# Vermillion this weekend?



## ohihunter2014 (Feb 19, 2017)

How will vermillion be this weekend? Looking to hook one or 2 before they go back home to the lake. I have Maribor jigs and floats.


----------



## SelfTaught (Mar 27, 2014)

River is mud now, more rain tonight. We'll have to watch the gauges to know for this weekend. All depends on how rain we get tonight.... doesn't look promising. If you're gonna go, water will still be dark for jigs even it's borderline. Go dark colors on the jigs, or chartreuse if you try.


----------



## nooffseason (Nov 15, 2008)

No way. That's some heavy rain hitting tonight. Find a smaller stream


----------



## laynhardwood (Dec 27, 2009)

The V will be a no go


----------



## ohihunter2014 (Feb 19, 2017)

How about rocky?


----------



## steelhead sniper 860 (Nov 6, 2013)

Rocky is at 1530 cfs, v is at 725cfs....


----------



## ohihunter2014 (Feb 19, 2017)

steelhead sniper 860 said:


> Rocky is at 1530 cfs, v is at 725cfs....


no clue what any of that means?


----------



## creekcrawler (Oct 5, 2004)

It means they're flowing mud right now.


----------



## steelhead sniper 860 (Nov 6, 2013)

They are usually ready to fish around 150-300 depends on specific conductance and turbidity. Call Joe at central basin if you want a tutorial on how to read the meters.


----------



## nooffseason (Nov 15, 2008)

ohihunter2014 said:


> no clue what any of that means?


Measure of flow - Cubic feet of water per second


----------



## Rippin (Jan 21, 2007)

steelhead sniper 860 said:


> Rocky is at 1530 cfs, v is at 725cfs....


you really need to learn what the gauges are reading, compare them to when your on the river for the height, flow and clarity of the river, they will be your number one friend when it comes to fishing the rivers. Pay attention to cfs, height and turbidity on the gauges, also remember its kinda like reading a river, breaking it down in different sections. I.E. head of run, the chute or middle, deep pool, tail-outs, gravel (riffle), the flow in the fall, winter and spring will all vary on the seasons, so that's something to pay attention to. The flow will also vary from year to year because of the height of the Lake Erie which, also makes a difference on how fast the river cleans up, example the rocky might fish good at 600 cfs, but the next week looks to dirty for that height and might fish well at 400 cfs, because it dropped to fast. Winter flows tend to fish a little higher, ground frozen, runoff is a little cleaner than fall and spring when the ground can be muddy.that being said its always a good to take notes year to year.


----------



## 1MoreKast (Mar 15, 2008)

Ohihunter...have you gotten out at all? Looks like you've asked all the right questions, and some, but have you actually been able to get out there this season and see what it's like yet? Not trying to sound rude, but you're all over this forum and I'm hoping all the info we've provided has helped you in anyway...what has your experience been thus far? A lot of our answers may be understood more clearly if you get out see for yourself! Just curious. Thanks.


----------



## ohihunter2014 (Feb 19, 2017)

1MoreKast said:


> Ohihunter...have you gotten out at all? Looks like you've asked all the right questions, and some, but have you actually been able to get out there this season and see what it's like yet? Not trying to sound rude, but you're all over this forum and I'm hoping all the info we've provided has helped you in anyway...what has your experience been thus far? A lot of our answers may be understood more clearly if you get out see for yourself! Just curious. Thanks.

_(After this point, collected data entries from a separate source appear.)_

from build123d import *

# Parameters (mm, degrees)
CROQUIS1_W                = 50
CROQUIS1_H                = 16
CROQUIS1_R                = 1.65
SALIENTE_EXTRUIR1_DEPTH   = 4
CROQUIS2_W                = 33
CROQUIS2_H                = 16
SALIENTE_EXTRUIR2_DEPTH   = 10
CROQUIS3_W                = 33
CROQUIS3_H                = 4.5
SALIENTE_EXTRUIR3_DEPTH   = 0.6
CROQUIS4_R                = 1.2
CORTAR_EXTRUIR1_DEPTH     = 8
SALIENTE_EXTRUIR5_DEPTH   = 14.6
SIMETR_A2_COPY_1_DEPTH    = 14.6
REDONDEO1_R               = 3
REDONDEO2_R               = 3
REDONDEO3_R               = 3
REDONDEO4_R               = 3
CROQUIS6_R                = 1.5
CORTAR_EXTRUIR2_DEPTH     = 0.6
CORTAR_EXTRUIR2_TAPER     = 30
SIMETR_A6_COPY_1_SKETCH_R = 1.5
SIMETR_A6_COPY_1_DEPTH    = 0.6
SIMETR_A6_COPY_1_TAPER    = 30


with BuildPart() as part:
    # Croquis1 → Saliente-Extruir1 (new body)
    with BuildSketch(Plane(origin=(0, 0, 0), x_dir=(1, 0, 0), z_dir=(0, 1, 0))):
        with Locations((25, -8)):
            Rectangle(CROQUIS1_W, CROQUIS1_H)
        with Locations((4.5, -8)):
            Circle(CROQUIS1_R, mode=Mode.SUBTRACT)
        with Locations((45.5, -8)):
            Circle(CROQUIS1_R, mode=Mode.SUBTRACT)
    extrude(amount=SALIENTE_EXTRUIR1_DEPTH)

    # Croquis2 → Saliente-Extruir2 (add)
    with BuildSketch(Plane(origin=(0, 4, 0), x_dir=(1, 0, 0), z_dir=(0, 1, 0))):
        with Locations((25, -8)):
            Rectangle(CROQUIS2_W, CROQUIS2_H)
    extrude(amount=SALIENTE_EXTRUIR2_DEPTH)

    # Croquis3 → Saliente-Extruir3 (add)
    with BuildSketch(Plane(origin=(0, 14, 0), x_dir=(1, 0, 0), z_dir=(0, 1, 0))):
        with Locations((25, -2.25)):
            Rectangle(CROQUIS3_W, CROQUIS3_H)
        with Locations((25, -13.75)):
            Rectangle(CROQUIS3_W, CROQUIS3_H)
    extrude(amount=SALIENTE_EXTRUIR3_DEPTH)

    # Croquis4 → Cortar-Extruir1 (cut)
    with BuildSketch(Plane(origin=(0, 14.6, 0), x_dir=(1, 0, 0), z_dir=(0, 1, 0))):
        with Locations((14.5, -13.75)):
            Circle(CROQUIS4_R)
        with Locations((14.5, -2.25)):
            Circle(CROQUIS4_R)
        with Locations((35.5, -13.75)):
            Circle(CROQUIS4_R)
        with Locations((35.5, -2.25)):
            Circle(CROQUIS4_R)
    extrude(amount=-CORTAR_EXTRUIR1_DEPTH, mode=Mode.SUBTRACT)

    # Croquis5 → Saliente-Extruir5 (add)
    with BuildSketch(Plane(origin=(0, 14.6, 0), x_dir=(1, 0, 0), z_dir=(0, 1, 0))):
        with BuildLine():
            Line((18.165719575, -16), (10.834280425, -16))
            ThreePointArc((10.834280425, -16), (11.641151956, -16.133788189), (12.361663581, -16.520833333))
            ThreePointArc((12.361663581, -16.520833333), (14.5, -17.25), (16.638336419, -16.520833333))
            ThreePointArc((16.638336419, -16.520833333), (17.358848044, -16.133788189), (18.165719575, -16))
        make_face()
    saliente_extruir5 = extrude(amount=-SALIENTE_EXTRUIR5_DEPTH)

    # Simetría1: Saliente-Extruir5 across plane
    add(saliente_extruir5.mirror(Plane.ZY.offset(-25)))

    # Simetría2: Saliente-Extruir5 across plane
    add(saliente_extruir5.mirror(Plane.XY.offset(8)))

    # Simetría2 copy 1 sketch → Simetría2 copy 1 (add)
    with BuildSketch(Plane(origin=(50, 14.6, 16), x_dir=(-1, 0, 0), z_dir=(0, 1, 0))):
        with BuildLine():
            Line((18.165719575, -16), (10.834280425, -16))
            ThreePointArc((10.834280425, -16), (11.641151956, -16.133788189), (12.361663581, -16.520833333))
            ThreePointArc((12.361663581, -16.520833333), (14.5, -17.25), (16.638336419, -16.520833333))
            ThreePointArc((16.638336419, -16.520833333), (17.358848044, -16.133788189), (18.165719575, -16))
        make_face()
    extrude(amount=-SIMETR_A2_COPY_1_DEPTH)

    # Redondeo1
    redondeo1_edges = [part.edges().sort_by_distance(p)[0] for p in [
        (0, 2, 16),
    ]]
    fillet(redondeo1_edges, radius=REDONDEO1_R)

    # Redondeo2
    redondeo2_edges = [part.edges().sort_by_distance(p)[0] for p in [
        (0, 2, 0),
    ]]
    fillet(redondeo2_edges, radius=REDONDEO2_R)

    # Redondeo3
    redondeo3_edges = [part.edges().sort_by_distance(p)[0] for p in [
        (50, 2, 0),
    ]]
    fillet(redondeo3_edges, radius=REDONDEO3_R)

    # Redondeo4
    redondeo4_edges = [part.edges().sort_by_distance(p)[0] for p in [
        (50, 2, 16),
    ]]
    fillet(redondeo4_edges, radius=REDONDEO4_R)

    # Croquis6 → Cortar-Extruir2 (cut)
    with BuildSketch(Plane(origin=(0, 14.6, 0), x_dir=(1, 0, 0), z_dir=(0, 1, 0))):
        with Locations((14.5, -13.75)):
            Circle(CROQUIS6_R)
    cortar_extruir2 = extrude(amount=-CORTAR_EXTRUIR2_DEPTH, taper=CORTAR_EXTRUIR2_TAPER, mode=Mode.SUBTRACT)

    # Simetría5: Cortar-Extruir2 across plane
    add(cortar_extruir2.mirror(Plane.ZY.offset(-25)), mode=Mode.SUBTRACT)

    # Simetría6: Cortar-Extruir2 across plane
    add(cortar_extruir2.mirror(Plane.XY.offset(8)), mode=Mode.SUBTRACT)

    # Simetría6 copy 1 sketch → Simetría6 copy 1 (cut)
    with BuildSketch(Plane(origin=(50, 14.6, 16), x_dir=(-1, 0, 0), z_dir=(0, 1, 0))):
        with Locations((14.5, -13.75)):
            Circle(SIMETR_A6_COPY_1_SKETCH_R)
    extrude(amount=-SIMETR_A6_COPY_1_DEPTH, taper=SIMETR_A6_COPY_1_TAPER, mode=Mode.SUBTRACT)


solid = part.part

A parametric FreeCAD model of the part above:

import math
import FreeCAD as App
import Part
import Sketcher


def edges_at(feature, points):
    """Names of the edges that pass closest to the given points."""
    edges = feature.Shape.Edges
    near = lambda p: min(range(len(edges)), key=lambda i: edges[i].distToShape(Part.Vertex(*p))[0])
    return sorted({f"Edge{near(p) + 1}" for p in points})


def add_polygon(sketch, points):
    """Adds a closed chain of lines whose ends are joined by coincident constraints."""
    first, n = sketch.GeometryCount, len(points)
    for a, b in zip(points, points[1:] + points[:1]):
        sketch.addGeometry(Part.LineSegment(App.Vector(*a, 0), App.Vector(*b, 0)), False)
    for i in range(n):
        sketch.addConstraint(Sketcher.Constraint("Coincident", first + i, 2, first + (i + 1) % n, 1))

doc = App.newDocument("Part")
body = doc.addObject("PartDesign::Body", "Body")

# Sketch on XZ plane
sketch1 = body.newObject("Sketcher::SketchObject", "Sketch")
sketch1.AttachmentSupport = (doc.getObject("XZ_Plane"), [""])
sketch1.MapMode = "FlatFace"
add_polygon(sketch1, [(0, 0), (0, 16), (50, 16), (50, 0)])  # lines 0-3
sketch1.addGeometry(Part.Circle(App.Vector(4.5, 8, 0), App.Vector(0, 0, 1), 1.6), False)  # 4
sketch1.addGeometry(Part.Circle(App.Vector(45.5, 8, 0), App.Vector(0, 0, 1), 1.6), False)  # 5
sketch1.addConstraint(Sketcher.Constraint("Vertical", 0))
sketch1.addConstraint(Sketcher.Constraint("Horizontal", 1))
sketch1.addConstraint(Sketcher.Constraint("Vertical", 2))
sketch1.addConstraint(Sketcher.Constraint("Horizontal", 3))
sketch1.addConstraint(Sketcher.Constraint("Coincident", 3, 2, -1, 1))
sketch1.addConstraint(Sketcher.Constraint("Equal", 4, 5))
sketch1.addConstraint(Sketcher.Constraint("Horizontal", 4, 3, 5, 3))
sketch1.addConstraint(Sketcher.Constraint("Diameter", 4, 3.3))
sketch1.addConstraint(Sketcher.Constraint("DistanceX", 1, 1, 1, 2, 50.0))
sketch1.addConstraint(Sketcher.Constraint("DistanceY", 0, 1, 0, 2, 16.0))
sketch1.addConstraint(Sketcher.Constraint("DistanceY", -1, 1, 4, 3, 8.0))
sketch1.addConstraint(Sketcher.Constraint("DistanceX", 4, 3, 5, 3, 41.0))
sketch1.addConstraint(Sketcher.Constraint("DistanceX", -1, 1, 4, 3, 4.5))
pad1 = body.newObject("PartDesign::Pad", "Pad")
pad1.Profile = sketch1
pad1.Length = 4
pad1.Reversed = True

# Sketch on XZ plane
sketch2 = body.newObject("Sketcher::SketchObject", "Sketch001")
sketch2.AttachmentSupport = (doc.getObject("XZ_Plane"), [""])
sketch2.MapMode = "FlatFace"
sketch2.AttachmentOffset = App.Placement(App.Vector(0, 0, -4), App.Rotation())
add_polygon(sketch2, [(8, 0), (8, 16), (42, 16), (42, 0)])  # lines 0-3
sketch2.addConstraint(Sketcher.Constraint("Vertical", 0))
sketch2.addConstraint(Sketcher.Constraint("Horizontal", 1))
sketch2.addConstraint(Sketcher.Constraint("Vertical", 2))
sketch2.addConstraint(Sketcher.Constraint("Horizontal", 3))
sketch2.addConstraint(Sketcher.Constraint("PointOnObject", 2, 2, -1))
sketch2.addConstraint(Sketcher.Constraint("DistanceX", 1, 1, 1, 2, 33.0))
sketch2.addConstraint(Sketcher.Constraint("DistanceY", 0, 1, 0, 2, 16.0))
sketch2.addConstraint(Sketcher.Constraint("DistanceX", -1, 1, 0, 2, 8.5))
pad2 = body.newObject("PartDesign::Pad", "Pad001")
pad2.Profile = sketch2
pad2.Length = 10
pad2.Reversed = True

# Sketch on XZ plane
sketch3 = body.newObject("Sketcher::SketchObject", "Sketch002")
sketch3.AttachmentSupport = (doc.getObject("XZ_Plane"), [""])
sketch3.MapMode = "FlatFace"
sketch3.AttachmentOffset = App.Placement(App.Vector(0, 0, -14), App.Rotation())
add_polygon(sketch3, [(8.5, 0), (8.5, 4.5), (41.5, 4.5), (41.5, 0)])  # lines 0-3
add_polygon(sketch3, [(8.5, 11.5), (8.5, 16), (41.5, 16), (41.5, 11.5)])  # lines 4-7
sketch3.addConstraint(Sketcher.Constraint("Vertical", 0))
sketch3.addConstraint(Sketcher.Constraint("Horizontal", 1))
sketch3.addConstraint(Sketcher.Constraint("Vertical", 2))
sketch3.addConstraint(Sketcher.Constraint("Horizontal", 3))
sketch3.addConstraint(Sketcher.Constraint("Vertical", 4))
sketch3.addConstraint(Sketcher.Constraint("Horizontal", 5))
sketch3.addConstraint(Sketcher.Constraint("Vertical", 6))
sketch3.addConstraint(Sketcher.Constraint("Horizontal", 7))
sketch3.addConstraint(Sketcher.Constraint("PointOnObject", 2, 2, -1))
sketch3.addConstraint(Sketcher.Constraint("Vertical", 3, 2, 4, 2))
sketch3.addConstraint(Sketcher.Constraint("Vertical", 2, 2, 5, 2))
sketch3.addConstraint(Sketcher.Constraint("Equal", 2, 4))
sketch3.addConstraint(Sketcher.Constraint("DistanceX", 1, 1, 1, 2, 33.0))
sketch3.addConstraint(Sketcher.Constraint("DistanceY", 0, 1, 0, 2, 4.5))
sketch3.addConstraint(Sketcher.Constraint("DistanceY", -1, 1, 4, 2, 16.0))
sketch3.addConstraint(Sketcher.Constraint("DistanceX", -1, 1, 0, 2, 8.5))
pad3 = body.newObject("PartDesign::Pad", "Pad002")
pad3.Profile = sketch3
pad3.Length = 0.6
pad3.Reversed = True

# Sketch on XZ plane
sketch4 = body.newObject("Sketcher::SketchObject", "Sketch003")
sketch4.AttachmentSupport = (doc.getObject("XZ_Plane"), [""])
sketch4.MapMode = "FlatFace"
sketch4.AttachmentOffset = App.Placement(App.Vector(0, 0, -14.6), App.Rotation())
sketch4.addGeometry(Part.Circle(App.Vector(14.5, 13.8, 0), App.Vector(0, 0, 1), 1.2), False)
sketch4.addGeometry(Part.Circle(App.Vector(14.5, 2.2, 0), App.Vector(0, 0, 1), 1.2), False)
sketch4.addGeometry(Part.Circle(App.Vector(35.5, 13.8, 0), App.Vector(0, 0, 1), 1.2), False)
sketch4.addGeometry(Part.Circle(App.Vector(35.5, 2.2, 0), App.Vector(0, 0, 1), 1.2), False)
sketch4.addConstraint(Sketcher.Constraint("Equal", 0, 1))
sketch4.addConstraint(Sketcher.Constraint("Equal", 1, 2))
sketch4.addConstraint(Sketcher.Constraint("Equal", 2, 3))
sketch4.addConstraint(Sketcher.Constraint("Horizontal", 0, 3, 2, 3))
sketch4.addConstraint(Sketcher.Constraint("Horizontal", 1, 3, 3, 3))
sketch4.addConstraint(Sketcher.Constraint("Vertical", 0, 3, 1, 3))
sketch4.addConstraint(Sketcher.Constraint("Vertical", 2, 3, 3, 3))
sketch4.addConstraint(Sketcher.Constraint("Diameter", 0, 2.4))
sketch4.addConstraint(Sketcher.Constraint("DistanceX", 0, 3, 2, 3, 21.0))
sketch4.addConstraint(Sketcher.Constraint("DistanceX", -1, 1, 0, 3, 14.5))
sketch4.addConstraint(Sketcher.Constraint("DistanceY", 1, 3, 0, 3, 11.5))
sketch4.addConstraint(Sketcher.Constraint("DistanceY", -1, 1, 0, 3, 13.75))
pocket1 = body.newObject("PartDesign::Pocket", "Pocket")
pocket1.Profile = sketch4
pocket1.Length = 8
pocket1.Reversed = True

# Sketch on XZ plane
sketch5 = body.newObject("Sketcher::SketchObject", "Sketch004")
sketch5.AttachmentSupport = (doc.getObject("XZ_Plane"), [""])
sketch5.MapMode = "FlatFace"
sketch5.AttachmentOffset = App.Placement(App.Vector(0, 0, -14.6), App.Rotation())
sketch5.addGeometry(Part.LineSegment(App.Vector(18.2, 16, 0), App.Vector(10.8, 16, 0)), False)
sketch5.addGeometry(Part.ArcOfCircle(Part.Circle(App.Vector(10.8, 18.5, 0), App.Vector(0, 0, 1), 2.5), math.radians(-90), math.radians(-52)), False)
sketch5.addGeometry(Part.ArcOfCircle(Part.Circle(App.Vector(14.5, 13.8, 0), App.Vector(0, 0, 1), 3.5), math.radians(52), math.radians(128)), False)
sketch5.addGeometry(Part.ArcOfCircle(Part.Circle(App.Vector(18.2, 18.5, 0), App.Vector(0, 0, 1), 2.5), math.radians(-128), math.radians(-90)), False)
sketch5.addConstraint(Sketcher.Constraint("Tangent", 0, 2, 1, 1))
sketch5.addConstraint(Sketcher.Constraint("Tangent", 1, 2, 2, 2))
sketch5.addConstraint(Sketcher.Constraint("Tangent", 2, 1, 3, 1))
sketch5.addConstraint(Sketcher.Constraint("Tangent", 3, 2, 0, 1))
sketch5.addConstraint(Sketcher.Constraint("Horizontal", 0))
sketch5.addConstraint(Sketcher.Constraint("Equal", 1, 3))
sketch5.addConstraint(Sketcher.Constraint("Radius", 1, 2.5))
sketch5.addConstraint(Sketcher.Constraint("Radius", 2, 3.5))
sketch5.addConstraint(Sketcher.Constraint("DistanceY", -1, 1, 0, 2, 16.0))
sketch5.addConstraint(Sketcher.Constraint("DistanceX", -1, 1, 2, 3, 14.5))
sketch5.addConstraint(Sketcher.Constraint("DistanceY", -1, 1, 2, 3, 13.75))
pad4 = body.newObject("PartDesign::Pad", "Pad003")
pad4.Profile = sketch5
pad4.Length = 14.6
doc.recompute()

datumplane = body.newObject("PartDesign::Plane", "DatumPlane")
datumplane.AttachmentSupport = (doc.getObject("YZ_Plane"), [""])
datumplane.MapMode = "FlatFace"
datumplane.AttachmentOffset = App.Placement(App.Vector(0, 0, 25), App.Rotation())
mirrored = body.newObject("PartDesign::Mirrored", "Mirrored")
mirrored.Originals = [pad4]
mirrored.MirrorPlane = (datumplane, [""])
body.Tip = mirrored
doc.recompute()

datumplane2 = body.newObject("PartDesign::Plane", "DatumPlane001")
datumplane2.AttachmentSupport = (doc.getObject("XY_Plane"), [""])
datumplane2.MapMode = "FlatFace"
datumplane2.AttachmentOffset = App.Placement(App.Vector(0, 0, 8), App.Rotation())
mirrored2 = body.newObject("PartDesign::Mirrored", "Mirrored001")
mirrored2.Originals = [pad4]
mirrored2.MirrorPlane = (datumplane2, [""])
body.Tip = mirrored2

Working 6 days a week made it hard to get out. The last 2 weekends I've had off everyone said it's not good.
Bass fished last weekend at Norwalk but no luck. I might try it out this Saturday but the rod had to go back cause the 2pcs were loose where it would almost fall apart. Cabelas doesn't have them in stock so using my 7ft medium bass rod.


----------



## SelfTaught (Mar 27, 2014)

Waters so warm right now, 7' bass rod and some rooster tails and you'll find some fish. Good luck!


----------



## ohihunter2014 (Feb 19, 2017)

SelfTaught said:


> Waters so warm right now, 7' bass rod and some rooster tails and you'll find some fish. Good luck!


steelhead or bass?


----------



## SelfTaught (Mar 27, 2014)

Steelhead, in the river, timings about close pretty soon you'll be able to catch steelies and lake run smallmouth. If you're new, go to river and start throwing white rooster tails. Steelhead in warm water will be more active and chasing, and smallmouth will be running.


----------



## steelhead sniper 860 (Nov 6, 2013)

White and black rooster tails when waters above 40 degrees work great


----------



## Rippin (Jan 21, 2007)

of course egg sacks are the go to for the majority of everyone, but many people smash them on streamers and jigs right now, me personal tube jigs with a trout worm this time of year is insanely deadly when the steelhead and bass are stacked in down low.


----------



## fishfray (Jul 19, 2012)

This might be a stupid question, but is there any way that the V is actually 65 degrees right now?


----------



## laynhardwood (Dec 27, 2009)

It is


----------



## fishfray (Jul 19, 2012)

That's crazy.


----------



## laynhardwood (Dec 27, 2009)

I wet waded today and it wasn't bad at all .


----------



## fishfray (Jul 19, 2012)

Lol, I never would have guessed that. did you find any fish while you were at it? I'll be down there tomorrow , I've only fished the V in fall and winter, never spring


----------



## laynhardwood (Dec 27, 2009)

It was a good day today you won't have trouble finding fish.


----------



## fishfray (Jul 19, 2012)

Awesome, thanks man


----------



## laynhardwood (Dec 27, 2009)

fishfray said:


> Awesome, thanks man


I may see you on the river. I will have my nephew with me again today.


----------



## ramjet (Dec 12, 2014)

<<personal tube jigs with a trout worm>>

OK, I'll ask. Not sure what you're talking about here. Do you have a picture perhaps or a more specific description?? 

FWIW..I've done OK for steel with jigs (but that's mainly what I fished with so that makes sense..). I tie my own, olive on top, white bottom...but have little experience in the OH tribs.


----------



## steelhead sniper 860 (Nov 6, 2013)

Went today saw several dead laying in shallow water, the heat is cooking them


----------



## Osmerus (Dec 5, 2012)

Yup. I stop fishing for steelies once the water hits the upper 50s. Currently the rivers are in the high 50s almost 60s. Even a short fight in waters this warm can kill them. Seen it many of times. Guys catching fish then relasing them to only go belly up a few feet down stream. Time to switch to bass and walleye.


----------



## steelhead sniper 860 (Nov 6, 2013)

65+ degrees at Vermilion


----------